** Opening Materials provided block **
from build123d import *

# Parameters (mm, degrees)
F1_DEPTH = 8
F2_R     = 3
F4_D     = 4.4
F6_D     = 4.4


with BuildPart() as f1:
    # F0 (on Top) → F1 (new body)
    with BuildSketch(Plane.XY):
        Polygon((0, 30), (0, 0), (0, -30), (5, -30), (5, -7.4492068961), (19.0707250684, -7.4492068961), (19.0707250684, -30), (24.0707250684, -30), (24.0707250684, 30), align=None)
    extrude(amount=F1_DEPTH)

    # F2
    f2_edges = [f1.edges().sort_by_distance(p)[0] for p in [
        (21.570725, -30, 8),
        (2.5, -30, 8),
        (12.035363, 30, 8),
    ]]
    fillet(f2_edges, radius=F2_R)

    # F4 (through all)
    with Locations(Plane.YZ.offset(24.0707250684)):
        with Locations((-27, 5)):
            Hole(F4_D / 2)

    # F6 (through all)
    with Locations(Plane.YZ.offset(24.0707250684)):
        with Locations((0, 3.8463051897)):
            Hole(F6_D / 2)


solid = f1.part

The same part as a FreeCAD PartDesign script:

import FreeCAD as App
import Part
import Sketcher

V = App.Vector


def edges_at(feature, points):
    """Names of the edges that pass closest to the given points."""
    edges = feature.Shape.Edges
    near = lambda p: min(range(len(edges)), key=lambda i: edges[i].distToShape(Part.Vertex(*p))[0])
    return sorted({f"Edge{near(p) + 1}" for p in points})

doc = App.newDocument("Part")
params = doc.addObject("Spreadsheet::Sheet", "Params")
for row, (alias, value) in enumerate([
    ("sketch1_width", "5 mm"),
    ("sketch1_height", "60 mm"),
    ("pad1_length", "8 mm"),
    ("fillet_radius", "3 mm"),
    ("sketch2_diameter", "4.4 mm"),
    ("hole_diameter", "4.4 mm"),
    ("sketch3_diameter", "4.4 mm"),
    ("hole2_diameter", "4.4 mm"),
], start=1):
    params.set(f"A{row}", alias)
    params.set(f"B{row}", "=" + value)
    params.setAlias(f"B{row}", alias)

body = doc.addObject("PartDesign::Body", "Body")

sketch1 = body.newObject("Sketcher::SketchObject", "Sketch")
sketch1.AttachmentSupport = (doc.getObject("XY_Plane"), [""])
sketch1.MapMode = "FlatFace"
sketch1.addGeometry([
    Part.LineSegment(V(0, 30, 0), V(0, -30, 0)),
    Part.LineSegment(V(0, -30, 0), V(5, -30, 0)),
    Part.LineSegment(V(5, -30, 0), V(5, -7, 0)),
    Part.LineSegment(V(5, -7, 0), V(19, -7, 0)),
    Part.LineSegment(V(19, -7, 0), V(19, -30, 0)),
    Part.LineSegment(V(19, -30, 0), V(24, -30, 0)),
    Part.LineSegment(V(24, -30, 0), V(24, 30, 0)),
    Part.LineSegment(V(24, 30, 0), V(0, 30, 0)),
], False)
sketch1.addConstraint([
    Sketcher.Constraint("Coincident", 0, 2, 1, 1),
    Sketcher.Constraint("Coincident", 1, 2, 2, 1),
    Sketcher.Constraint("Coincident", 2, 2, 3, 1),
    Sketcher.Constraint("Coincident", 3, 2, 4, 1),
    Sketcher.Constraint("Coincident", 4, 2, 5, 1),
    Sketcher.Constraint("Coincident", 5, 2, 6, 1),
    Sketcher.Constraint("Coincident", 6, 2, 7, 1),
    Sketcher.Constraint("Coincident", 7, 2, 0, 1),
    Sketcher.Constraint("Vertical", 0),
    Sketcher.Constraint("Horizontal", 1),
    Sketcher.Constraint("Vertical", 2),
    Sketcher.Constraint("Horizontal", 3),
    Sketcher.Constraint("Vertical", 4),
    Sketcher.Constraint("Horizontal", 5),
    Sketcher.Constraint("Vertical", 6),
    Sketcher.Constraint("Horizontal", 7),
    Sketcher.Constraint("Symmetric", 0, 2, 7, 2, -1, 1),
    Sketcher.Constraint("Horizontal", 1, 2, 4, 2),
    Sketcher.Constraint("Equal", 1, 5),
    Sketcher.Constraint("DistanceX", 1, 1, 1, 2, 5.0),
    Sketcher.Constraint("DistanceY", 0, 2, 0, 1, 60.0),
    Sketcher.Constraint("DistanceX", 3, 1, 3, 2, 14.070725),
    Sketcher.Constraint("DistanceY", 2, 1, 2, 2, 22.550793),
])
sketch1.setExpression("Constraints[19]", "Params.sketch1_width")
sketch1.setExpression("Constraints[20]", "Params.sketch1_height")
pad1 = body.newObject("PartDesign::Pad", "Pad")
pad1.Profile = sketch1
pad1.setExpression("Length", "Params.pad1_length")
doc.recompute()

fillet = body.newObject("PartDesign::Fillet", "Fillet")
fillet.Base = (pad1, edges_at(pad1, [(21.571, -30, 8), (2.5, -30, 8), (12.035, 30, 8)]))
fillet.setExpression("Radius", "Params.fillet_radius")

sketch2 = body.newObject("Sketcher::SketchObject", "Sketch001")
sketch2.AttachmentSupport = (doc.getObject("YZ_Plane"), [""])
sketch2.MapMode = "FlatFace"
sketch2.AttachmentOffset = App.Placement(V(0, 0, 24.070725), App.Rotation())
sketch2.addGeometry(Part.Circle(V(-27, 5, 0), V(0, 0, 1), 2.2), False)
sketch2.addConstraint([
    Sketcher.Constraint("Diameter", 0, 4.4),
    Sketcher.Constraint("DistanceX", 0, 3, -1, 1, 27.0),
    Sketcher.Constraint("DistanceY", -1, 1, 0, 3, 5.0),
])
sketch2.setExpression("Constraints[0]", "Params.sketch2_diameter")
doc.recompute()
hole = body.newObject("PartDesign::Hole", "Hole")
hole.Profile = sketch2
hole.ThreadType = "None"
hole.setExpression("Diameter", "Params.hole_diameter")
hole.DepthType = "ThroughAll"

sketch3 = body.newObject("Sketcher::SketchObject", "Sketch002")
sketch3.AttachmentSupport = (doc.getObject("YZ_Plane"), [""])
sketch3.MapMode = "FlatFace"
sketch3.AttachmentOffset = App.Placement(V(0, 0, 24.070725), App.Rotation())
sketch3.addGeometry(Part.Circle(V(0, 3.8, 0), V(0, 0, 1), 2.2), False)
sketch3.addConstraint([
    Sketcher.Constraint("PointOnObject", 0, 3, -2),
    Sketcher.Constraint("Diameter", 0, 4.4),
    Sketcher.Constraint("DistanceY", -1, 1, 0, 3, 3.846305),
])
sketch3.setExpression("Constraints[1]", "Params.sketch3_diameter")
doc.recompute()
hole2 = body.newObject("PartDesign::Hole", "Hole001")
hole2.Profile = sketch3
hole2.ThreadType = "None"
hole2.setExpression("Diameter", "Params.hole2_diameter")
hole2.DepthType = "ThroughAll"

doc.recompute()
** Closing Materials provided block **
** Opening Materials provided block **
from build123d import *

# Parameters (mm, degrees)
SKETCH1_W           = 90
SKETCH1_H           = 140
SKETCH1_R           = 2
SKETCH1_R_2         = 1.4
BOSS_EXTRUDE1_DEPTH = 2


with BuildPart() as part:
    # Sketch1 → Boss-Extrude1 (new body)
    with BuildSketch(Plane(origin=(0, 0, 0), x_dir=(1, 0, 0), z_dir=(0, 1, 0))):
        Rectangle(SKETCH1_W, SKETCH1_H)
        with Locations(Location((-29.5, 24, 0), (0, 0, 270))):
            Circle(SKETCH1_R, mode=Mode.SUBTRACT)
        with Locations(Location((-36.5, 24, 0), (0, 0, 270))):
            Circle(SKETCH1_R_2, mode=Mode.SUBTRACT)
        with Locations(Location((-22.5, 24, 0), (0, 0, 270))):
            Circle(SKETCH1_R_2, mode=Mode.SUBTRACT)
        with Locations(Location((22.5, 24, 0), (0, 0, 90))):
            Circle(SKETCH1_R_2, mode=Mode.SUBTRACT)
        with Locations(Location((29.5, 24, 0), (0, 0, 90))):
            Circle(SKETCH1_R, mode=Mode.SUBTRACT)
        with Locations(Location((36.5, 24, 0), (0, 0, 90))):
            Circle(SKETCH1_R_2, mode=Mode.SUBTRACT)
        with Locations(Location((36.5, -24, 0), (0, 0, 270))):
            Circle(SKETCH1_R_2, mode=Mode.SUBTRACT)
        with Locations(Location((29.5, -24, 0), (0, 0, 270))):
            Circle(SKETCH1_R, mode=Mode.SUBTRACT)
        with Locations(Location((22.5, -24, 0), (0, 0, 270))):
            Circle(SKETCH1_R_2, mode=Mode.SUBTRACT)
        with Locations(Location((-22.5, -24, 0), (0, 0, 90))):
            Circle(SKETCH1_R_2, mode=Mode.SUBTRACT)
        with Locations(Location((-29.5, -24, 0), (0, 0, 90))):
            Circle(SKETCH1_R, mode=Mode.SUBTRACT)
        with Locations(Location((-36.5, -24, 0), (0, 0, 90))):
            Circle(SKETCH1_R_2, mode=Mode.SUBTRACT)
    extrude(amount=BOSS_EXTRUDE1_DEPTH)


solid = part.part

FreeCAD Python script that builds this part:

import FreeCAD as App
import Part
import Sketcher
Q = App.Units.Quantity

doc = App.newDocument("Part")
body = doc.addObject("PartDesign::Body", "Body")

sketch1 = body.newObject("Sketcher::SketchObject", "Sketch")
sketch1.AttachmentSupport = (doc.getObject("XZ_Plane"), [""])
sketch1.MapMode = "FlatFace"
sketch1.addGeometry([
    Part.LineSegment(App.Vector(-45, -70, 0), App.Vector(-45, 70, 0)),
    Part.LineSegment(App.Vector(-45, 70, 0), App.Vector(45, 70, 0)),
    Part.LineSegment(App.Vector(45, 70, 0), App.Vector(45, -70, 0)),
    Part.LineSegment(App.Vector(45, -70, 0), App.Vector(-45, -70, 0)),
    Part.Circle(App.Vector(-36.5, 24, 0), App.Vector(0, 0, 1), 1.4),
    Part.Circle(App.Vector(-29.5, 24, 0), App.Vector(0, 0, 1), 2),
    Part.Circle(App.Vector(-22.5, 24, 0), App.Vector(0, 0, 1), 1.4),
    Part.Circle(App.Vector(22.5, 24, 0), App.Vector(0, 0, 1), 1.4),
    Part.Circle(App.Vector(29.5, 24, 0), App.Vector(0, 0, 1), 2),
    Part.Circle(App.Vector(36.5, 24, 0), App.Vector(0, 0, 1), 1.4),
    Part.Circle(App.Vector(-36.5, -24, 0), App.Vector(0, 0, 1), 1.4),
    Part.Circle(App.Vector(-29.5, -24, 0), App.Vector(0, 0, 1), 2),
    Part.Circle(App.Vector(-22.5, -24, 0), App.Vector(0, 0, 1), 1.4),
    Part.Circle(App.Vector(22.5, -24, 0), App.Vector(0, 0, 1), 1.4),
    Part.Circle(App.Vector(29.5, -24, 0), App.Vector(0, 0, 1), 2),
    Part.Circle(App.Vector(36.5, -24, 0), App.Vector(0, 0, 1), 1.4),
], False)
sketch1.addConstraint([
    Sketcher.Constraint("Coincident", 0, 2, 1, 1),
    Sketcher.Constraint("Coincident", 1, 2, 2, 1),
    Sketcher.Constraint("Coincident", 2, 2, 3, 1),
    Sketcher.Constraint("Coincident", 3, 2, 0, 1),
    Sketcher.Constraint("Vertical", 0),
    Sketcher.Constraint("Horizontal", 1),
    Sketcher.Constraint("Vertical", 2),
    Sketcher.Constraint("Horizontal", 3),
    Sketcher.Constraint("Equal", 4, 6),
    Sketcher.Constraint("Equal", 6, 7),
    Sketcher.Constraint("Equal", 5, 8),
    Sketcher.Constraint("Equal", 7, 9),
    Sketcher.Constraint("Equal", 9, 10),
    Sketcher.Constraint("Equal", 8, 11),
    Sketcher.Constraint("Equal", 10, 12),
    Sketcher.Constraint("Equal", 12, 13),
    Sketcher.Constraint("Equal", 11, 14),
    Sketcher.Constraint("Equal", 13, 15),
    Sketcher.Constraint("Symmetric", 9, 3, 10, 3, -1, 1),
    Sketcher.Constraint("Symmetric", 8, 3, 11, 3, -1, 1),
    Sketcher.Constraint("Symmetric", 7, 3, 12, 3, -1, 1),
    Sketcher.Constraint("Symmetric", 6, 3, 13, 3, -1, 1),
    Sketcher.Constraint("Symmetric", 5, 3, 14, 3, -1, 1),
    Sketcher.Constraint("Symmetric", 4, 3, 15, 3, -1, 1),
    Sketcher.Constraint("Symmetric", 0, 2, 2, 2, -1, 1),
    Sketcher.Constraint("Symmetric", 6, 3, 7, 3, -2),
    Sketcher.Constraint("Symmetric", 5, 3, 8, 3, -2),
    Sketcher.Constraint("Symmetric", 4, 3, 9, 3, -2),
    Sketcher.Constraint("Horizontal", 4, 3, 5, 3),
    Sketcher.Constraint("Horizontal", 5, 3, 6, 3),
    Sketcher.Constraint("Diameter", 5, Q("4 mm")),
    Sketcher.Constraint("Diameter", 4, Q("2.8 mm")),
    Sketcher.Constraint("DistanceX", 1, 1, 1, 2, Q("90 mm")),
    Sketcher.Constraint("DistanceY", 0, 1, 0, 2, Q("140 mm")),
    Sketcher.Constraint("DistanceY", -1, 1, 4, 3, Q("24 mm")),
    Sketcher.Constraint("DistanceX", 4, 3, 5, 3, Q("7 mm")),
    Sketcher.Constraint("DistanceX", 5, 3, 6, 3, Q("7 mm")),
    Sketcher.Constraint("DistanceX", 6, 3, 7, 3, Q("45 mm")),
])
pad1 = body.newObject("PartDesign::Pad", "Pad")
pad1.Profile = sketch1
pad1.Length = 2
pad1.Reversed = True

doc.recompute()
** Closing Materials provided block **
What you will do
From the data above, output only the lines between the line containing "F1_DEPTH = 8" and the line containing "# F4 (through all)", inclusive, exactly as written.

Exercise answer
F1_DEPTH = 8
F2_R     = 3
F4_D     = 4.4
F6_D     = 4.4


with BuildPart() as f1:
    # F0 (on Top) → F1 (new body)
    with BuildSketch(Plane.XY):
        Polygon((0, 30), (0, 0), (0, -30), (5, -30), (5, -7.4492068961), (19.0707250684, -7.4492068961), (19.0707250684, -30), (24.0707250684, -30), (24.0707250684, 30), align=None)
    extrude(amount=F1_DEPTH)

    # F2
    f2_edges = [f1.edges().sort_by_distance(p)[0] for p in [
        (21.570725, -30, 8),
        (2.5, -30, 8),
        (12.035363, 30, 8),
    ]]
    fillet(f2_edges, radius=F2_R)

    # F4 (through all)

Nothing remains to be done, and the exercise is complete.